- **Task**
Line by line, please look for the word "translate" in the following records, then copy each line you find it in.

Stored data entries
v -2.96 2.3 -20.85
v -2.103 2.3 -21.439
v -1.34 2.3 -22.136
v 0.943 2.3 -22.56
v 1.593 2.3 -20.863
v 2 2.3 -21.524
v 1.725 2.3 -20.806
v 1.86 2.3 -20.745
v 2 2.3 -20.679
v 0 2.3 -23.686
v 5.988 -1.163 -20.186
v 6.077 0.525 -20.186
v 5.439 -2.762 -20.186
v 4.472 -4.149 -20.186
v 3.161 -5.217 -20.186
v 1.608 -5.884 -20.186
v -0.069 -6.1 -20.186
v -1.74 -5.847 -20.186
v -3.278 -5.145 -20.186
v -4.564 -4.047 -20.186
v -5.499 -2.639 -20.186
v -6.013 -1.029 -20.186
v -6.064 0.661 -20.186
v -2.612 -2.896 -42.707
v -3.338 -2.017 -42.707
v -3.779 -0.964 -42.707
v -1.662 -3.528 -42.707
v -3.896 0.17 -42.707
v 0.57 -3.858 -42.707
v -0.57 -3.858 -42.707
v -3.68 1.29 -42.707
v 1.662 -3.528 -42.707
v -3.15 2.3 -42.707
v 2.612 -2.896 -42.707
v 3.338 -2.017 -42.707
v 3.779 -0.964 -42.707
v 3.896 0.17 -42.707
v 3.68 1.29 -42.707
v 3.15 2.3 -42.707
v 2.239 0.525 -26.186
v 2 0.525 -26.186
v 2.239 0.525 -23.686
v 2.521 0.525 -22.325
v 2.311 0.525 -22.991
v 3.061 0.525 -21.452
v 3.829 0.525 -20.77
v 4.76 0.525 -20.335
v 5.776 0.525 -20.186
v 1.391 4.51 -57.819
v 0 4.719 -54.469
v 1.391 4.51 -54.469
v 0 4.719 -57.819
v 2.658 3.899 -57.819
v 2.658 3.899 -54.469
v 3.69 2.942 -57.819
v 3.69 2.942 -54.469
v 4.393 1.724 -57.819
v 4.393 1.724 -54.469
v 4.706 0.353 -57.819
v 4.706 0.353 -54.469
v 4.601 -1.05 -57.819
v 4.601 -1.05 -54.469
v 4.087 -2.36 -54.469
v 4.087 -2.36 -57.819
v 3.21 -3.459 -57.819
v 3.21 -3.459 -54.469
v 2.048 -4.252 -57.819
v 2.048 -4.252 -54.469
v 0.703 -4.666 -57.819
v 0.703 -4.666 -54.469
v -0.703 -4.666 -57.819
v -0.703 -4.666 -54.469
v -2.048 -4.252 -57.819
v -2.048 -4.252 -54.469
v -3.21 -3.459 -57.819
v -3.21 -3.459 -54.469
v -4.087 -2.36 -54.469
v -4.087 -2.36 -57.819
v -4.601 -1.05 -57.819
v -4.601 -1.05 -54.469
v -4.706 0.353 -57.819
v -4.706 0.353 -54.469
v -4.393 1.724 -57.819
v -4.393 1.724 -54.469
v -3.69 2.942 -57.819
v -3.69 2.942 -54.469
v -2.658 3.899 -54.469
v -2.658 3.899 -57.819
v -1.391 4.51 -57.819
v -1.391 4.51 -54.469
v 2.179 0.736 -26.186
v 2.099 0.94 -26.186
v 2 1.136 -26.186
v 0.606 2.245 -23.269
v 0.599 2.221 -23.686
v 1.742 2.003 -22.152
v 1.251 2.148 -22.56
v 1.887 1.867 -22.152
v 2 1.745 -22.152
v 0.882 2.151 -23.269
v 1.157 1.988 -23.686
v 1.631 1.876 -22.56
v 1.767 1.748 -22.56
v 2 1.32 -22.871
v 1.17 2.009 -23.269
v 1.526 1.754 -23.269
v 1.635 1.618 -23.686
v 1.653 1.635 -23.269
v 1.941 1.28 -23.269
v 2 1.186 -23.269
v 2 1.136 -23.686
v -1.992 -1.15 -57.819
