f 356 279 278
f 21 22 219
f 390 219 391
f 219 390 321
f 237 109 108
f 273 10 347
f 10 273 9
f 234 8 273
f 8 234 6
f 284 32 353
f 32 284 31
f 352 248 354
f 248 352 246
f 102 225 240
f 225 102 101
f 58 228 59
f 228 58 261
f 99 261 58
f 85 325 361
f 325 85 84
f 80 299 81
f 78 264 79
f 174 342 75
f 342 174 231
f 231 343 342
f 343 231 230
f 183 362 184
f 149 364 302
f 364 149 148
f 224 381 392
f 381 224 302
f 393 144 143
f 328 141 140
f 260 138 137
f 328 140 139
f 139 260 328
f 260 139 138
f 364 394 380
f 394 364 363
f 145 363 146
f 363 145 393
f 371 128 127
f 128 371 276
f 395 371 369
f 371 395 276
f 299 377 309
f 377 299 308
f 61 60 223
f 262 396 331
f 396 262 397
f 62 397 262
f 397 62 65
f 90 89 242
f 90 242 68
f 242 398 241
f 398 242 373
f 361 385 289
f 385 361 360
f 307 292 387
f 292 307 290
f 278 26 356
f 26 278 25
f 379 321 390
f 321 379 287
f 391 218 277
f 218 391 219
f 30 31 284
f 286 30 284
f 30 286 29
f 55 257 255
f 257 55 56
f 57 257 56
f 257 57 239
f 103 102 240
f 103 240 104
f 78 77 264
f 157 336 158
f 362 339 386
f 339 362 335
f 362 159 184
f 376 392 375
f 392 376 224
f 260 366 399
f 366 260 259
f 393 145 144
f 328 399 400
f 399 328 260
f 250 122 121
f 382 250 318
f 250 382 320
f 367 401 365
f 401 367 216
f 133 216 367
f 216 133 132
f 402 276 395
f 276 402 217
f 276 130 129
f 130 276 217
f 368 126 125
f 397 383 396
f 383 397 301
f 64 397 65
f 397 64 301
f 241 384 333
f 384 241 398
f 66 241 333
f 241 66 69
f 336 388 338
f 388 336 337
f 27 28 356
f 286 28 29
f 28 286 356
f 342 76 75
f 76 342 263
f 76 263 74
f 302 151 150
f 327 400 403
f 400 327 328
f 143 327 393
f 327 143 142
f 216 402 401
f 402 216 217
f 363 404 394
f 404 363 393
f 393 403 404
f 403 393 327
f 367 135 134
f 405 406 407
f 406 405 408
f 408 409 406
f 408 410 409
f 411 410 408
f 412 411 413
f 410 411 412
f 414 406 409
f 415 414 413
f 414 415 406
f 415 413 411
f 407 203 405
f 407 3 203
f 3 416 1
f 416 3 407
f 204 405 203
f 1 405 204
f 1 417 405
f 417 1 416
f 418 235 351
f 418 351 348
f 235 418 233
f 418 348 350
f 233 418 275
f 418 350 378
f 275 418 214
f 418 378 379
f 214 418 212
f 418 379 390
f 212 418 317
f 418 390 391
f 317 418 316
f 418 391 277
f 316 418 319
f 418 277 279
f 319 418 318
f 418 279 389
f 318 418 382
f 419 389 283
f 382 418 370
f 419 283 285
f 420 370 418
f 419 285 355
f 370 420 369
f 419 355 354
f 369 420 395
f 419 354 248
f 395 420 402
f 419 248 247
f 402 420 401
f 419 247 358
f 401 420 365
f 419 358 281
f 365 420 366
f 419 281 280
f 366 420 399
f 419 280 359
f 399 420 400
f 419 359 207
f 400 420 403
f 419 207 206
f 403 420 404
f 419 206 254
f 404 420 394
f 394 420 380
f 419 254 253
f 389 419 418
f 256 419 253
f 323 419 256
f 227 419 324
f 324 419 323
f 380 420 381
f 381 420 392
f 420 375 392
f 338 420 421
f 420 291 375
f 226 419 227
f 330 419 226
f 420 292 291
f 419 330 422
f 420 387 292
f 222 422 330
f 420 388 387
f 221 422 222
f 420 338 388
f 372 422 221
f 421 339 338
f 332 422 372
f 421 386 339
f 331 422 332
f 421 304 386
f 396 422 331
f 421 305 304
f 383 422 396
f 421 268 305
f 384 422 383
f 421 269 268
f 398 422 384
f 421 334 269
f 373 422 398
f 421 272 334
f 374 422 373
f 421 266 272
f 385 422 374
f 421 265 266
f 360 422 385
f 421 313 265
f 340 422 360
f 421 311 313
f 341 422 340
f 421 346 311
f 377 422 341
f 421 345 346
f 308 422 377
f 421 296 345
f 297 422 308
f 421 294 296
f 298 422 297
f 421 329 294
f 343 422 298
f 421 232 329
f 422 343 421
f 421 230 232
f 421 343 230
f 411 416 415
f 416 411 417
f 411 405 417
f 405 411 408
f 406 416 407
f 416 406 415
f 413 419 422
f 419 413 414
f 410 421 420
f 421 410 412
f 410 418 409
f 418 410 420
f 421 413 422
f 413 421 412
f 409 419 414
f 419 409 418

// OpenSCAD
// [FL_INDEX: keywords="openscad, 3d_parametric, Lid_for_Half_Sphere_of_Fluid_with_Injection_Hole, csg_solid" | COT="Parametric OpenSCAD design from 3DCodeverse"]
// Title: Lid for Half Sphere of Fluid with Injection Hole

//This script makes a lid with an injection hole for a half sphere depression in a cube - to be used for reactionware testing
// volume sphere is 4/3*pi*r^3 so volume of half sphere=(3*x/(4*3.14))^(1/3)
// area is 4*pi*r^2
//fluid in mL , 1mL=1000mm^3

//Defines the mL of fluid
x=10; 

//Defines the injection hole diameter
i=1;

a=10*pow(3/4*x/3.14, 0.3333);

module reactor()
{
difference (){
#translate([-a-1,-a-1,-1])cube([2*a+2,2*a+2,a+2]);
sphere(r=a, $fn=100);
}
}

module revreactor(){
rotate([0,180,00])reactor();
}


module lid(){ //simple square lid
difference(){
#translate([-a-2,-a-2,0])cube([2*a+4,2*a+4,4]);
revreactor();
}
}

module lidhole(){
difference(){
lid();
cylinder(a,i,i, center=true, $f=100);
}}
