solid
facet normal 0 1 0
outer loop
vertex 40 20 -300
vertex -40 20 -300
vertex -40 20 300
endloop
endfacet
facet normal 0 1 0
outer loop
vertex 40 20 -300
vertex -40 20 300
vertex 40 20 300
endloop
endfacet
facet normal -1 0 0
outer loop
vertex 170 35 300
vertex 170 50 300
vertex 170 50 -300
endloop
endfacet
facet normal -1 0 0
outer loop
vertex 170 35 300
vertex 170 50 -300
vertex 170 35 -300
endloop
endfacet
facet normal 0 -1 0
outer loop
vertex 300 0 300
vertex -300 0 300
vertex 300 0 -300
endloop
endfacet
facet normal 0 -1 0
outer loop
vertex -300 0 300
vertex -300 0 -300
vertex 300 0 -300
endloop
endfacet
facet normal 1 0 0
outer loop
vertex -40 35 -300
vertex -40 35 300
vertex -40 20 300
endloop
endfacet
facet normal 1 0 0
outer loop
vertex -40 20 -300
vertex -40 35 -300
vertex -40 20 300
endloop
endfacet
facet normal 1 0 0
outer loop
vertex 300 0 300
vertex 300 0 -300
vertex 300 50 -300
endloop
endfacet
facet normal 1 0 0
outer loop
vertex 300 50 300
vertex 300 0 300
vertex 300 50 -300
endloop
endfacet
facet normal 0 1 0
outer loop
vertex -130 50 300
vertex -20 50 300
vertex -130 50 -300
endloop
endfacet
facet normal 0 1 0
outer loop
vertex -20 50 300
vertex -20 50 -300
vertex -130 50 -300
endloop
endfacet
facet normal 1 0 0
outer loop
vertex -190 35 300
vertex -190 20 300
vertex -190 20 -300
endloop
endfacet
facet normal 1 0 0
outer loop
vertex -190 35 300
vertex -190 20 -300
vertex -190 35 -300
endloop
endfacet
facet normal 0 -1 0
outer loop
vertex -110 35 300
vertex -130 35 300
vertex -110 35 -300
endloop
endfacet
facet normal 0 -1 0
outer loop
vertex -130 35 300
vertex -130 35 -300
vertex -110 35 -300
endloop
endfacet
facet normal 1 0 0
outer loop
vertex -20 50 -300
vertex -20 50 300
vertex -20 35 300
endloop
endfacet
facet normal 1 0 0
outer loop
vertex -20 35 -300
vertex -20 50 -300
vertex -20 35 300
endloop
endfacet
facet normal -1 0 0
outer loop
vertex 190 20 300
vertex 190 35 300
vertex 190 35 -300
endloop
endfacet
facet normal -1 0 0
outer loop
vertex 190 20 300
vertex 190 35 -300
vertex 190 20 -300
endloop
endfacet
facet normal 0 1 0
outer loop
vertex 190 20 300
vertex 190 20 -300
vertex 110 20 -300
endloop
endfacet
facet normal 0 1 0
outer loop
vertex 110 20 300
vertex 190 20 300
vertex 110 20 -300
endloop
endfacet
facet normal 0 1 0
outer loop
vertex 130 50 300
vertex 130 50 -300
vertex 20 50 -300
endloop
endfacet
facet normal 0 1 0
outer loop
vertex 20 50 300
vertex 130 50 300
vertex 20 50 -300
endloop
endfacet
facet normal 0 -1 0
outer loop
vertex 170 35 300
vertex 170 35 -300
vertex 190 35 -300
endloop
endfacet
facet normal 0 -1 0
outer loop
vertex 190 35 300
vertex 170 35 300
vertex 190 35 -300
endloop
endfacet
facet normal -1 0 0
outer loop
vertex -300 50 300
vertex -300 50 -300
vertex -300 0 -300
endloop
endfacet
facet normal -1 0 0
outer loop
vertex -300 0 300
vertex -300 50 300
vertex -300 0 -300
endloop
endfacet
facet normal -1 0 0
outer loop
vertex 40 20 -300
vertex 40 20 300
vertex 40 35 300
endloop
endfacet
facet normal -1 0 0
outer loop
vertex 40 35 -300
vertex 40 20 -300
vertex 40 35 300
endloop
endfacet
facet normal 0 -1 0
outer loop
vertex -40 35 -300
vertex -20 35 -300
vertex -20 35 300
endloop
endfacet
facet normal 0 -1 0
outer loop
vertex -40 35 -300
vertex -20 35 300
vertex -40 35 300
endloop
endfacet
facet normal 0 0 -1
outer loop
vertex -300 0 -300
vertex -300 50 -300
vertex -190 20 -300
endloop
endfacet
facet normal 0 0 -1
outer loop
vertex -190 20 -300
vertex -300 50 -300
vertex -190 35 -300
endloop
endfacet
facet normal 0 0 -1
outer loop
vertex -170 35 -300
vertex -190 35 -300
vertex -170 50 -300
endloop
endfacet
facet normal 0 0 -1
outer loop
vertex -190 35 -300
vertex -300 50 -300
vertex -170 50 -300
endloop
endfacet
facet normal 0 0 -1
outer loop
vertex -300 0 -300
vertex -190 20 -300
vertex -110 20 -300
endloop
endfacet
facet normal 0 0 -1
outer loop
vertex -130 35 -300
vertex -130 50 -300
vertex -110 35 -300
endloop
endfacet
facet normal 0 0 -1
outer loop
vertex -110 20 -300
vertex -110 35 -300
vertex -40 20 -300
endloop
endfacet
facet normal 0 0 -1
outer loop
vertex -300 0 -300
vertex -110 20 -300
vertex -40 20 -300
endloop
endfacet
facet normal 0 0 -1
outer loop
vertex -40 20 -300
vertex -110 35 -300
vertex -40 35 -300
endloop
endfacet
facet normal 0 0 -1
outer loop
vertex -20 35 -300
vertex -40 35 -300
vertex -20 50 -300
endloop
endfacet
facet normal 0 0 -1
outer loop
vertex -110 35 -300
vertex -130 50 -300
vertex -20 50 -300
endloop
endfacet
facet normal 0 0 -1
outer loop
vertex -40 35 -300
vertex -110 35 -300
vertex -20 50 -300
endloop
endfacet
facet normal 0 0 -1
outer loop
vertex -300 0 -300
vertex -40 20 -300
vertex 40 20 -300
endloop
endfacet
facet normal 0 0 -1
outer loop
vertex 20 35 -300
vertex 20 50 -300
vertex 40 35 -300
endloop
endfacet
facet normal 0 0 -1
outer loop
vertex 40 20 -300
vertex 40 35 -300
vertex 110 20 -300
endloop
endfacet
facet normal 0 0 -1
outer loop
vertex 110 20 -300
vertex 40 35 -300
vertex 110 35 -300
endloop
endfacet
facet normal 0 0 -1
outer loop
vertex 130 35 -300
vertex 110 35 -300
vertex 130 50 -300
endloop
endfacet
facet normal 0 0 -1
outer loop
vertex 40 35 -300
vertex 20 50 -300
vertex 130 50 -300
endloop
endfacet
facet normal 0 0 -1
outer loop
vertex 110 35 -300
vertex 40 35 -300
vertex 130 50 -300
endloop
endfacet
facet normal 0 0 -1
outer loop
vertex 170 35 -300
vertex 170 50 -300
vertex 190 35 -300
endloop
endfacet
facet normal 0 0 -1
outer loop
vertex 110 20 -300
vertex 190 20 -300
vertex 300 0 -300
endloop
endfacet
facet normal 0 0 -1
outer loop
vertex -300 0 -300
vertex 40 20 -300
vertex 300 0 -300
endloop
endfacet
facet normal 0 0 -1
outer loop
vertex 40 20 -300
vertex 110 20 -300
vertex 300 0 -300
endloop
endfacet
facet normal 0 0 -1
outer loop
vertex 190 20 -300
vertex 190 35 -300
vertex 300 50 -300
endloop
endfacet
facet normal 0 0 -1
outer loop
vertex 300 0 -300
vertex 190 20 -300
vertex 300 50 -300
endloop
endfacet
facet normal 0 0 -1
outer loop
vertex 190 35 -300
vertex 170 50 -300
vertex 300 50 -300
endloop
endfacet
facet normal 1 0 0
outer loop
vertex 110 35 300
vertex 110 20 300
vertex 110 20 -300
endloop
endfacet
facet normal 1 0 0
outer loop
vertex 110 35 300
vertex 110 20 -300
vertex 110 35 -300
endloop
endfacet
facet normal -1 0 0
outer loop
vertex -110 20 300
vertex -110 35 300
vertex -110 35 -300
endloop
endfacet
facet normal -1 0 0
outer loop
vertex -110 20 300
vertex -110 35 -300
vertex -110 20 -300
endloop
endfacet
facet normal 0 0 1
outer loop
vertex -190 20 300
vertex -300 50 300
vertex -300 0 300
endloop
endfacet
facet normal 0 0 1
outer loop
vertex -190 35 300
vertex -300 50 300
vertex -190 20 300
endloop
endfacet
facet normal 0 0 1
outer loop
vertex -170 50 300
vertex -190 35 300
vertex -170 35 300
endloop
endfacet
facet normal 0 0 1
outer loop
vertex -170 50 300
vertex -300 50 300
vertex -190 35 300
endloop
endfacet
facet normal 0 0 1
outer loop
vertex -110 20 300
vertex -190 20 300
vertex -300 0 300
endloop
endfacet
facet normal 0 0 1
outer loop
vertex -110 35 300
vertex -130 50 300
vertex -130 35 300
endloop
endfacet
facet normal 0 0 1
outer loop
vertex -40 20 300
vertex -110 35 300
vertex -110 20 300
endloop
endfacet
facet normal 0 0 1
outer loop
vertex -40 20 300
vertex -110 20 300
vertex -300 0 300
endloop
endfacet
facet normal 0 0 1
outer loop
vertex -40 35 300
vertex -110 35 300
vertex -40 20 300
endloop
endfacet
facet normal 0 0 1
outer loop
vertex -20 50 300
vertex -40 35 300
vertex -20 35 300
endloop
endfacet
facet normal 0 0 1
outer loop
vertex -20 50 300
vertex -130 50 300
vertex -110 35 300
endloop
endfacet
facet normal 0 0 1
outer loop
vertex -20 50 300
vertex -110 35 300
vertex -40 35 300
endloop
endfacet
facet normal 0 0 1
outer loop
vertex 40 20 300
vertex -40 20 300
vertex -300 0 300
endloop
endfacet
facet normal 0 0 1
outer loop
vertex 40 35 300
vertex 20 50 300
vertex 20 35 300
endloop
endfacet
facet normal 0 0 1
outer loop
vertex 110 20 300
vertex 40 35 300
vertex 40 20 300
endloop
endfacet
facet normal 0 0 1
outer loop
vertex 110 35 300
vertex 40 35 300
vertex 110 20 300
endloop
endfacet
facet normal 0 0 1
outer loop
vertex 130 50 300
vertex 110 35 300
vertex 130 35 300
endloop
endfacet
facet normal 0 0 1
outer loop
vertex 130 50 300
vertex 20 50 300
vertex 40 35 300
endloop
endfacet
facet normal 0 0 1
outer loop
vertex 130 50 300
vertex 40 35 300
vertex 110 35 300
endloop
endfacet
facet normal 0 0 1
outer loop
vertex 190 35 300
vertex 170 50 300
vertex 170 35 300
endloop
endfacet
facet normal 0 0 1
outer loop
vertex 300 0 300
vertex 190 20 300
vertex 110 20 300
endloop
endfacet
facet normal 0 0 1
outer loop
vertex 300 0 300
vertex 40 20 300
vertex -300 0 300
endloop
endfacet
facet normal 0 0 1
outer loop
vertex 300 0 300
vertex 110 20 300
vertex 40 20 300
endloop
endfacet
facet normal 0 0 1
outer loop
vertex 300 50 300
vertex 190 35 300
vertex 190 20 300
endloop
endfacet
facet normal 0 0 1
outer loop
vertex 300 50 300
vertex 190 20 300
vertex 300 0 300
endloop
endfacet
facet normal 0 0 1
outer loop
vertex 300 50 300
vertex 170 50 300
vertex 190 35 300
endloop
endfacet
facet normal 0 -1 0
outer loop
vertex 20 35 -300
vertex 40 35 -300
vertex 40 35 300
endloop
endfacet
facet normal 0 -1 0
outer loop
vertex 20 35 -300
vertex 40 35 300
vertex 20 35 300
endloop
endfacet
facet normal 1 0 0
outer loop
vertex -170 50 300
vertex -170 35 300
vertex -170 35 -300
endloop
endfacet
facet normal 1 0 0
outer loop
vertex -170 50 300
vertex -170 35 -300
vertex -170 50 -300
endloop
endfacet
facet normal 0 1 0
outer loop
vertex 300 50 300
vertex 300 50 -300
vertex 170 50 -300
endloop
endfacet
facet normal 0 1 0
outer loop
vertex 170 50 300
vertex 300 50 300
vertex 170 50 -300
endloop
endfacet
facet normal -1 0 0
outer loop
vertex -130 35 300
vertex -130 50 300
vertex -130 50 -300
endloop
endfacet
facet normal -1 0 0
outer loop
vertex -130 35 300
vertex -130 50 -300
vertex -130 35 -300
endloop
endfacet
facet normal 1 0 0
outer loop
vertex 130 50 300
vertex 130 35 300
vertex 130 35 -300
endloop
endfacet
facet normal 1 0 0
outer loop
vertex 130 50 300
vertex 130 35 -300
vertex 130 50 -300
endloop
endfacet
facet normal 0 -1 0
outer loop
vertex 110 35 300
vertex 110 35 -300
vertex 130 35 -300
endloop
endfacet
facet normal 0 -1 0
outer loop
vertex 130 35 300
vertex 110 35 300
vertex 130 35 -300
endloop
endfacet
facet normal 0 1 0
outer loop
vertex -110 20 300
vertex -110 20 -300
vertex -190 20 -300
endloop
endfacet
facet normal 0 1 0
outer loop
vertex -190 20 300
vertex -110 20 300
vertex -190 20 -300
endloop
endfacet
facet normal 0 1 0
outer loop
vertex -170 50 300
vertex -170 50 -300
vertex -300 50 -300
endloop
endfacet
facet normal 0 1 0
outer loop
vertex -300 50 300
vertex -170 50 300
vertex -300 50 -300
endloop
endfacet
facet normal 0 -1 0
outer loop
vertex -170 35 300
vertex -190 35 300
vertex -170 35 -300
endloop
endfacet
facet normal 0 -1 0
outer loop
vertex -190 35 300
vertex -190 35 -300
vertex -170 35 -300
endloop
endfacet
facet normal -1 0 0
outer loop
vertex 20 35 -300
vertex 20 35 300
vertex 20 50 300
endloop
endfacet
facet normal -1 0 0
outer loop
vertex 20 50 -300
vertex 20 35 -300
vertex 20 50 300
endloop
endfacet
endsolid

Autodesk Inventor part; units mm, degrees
ref_plane "YZ Plane" through (0, 0, 0) normal (1, 0, 0) x (0, 1, 0)
ref_plane "XZ Plane" through (0, 0, 0) normal (0, 1, 0) x (-1, 0, 0)
ref_plane "XY Plane" through (0, 0, 0) normal (0, 0, 1) x (1, 0, 0)
sketch "Sketch1" plane through (0, 0, 0) normal (0, 0, 1) x (1, 0, 0)
  line L0 (-300, 0) -> (300, 0)
  line L1 (300, 0) -> (300, 50)
  line L2 (-300, 50) -> (-300, 0)
  line L3 (-20, 50) -> (-20, 35)
  line L4 (-20, 35) -> (-40, 35)
  line L5 (-40, 35) -> (-40, 20)
  line L6 (-40, 20) -> (40, 20)
  line L7 (40, 20) -> (40, 35)
  line L8 (40, 35) -> (20, 35)
  line L9 (20, 35) -> (20, 50)
  line L10 (-75, 159.793) -> (-75, -97.8722) construction
  line L11 (75, 159.793) -> (75, -92.8199) construction
  line L12 (-130, 50) -> (-130, 35)
  line L13 (-130, 35) -> (-110, 35)
  line L14 (-110, 35) -> (-110, 20)
  line L15 (-110, 20) -> (-190, 20)
  line L16 (-190, 20) -> (-190, 35)
  line L17 (-190, 35) -> (-170, 35)
  line L18 (-170, 35) -> (-170, 50)
  line L19 (170, 50) -> (170, 35)
  line L20 (170, 35) -> (190, 35)
  line L21 (190, 35) -> (190, 20)
  line L22 (190, 20) -> (110, 20)
  line L23 (110, 20) -> (110, 35)
  line L24 (110, 35) -> (130, 35)
  line L25 (130, 35) -> (130, 50)
  line L26 (-20, 50) -> (-130, 50)
  line L27 (-170, 50) -> (-300, 50)
  line L28 (300, 50) -> (170, 50)
  line L29 (130, 50) -> (20, 50)
  point P0 (0, 0)
  dimension "d0" = 300
  dimension "d1" = 600
  dimension "d2" = 50
  dimension "d3" = 50
  dimension "d4" = 20
  dimension "d5" = 20
  dimension "d6" = 20
  dimension "d7" = 20
  dimension "d8" = 30
  dimension "d9" = 15
  dimension "d10" = 15
  dimension "d12" = 75
  dimension "d13" = 75
  dimension "d14" = 15
  dimension "d15" = 109.793
  dimension "d16" = 142.8199
  dimension "d17" = 109.793
  dimension "d18" = 147.8722
extrude "Extrusion1" add sketch "Sketch1" along normal mid plane 600
properties part number "base plate"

- **Answer to this exercise**
#translate([-a-1,-a-1,-1])cube([2*a+2,2*a+2,a+2]);
#translate([-a-2,-a-2,0])cube([2*a+4,2*a+4,4]);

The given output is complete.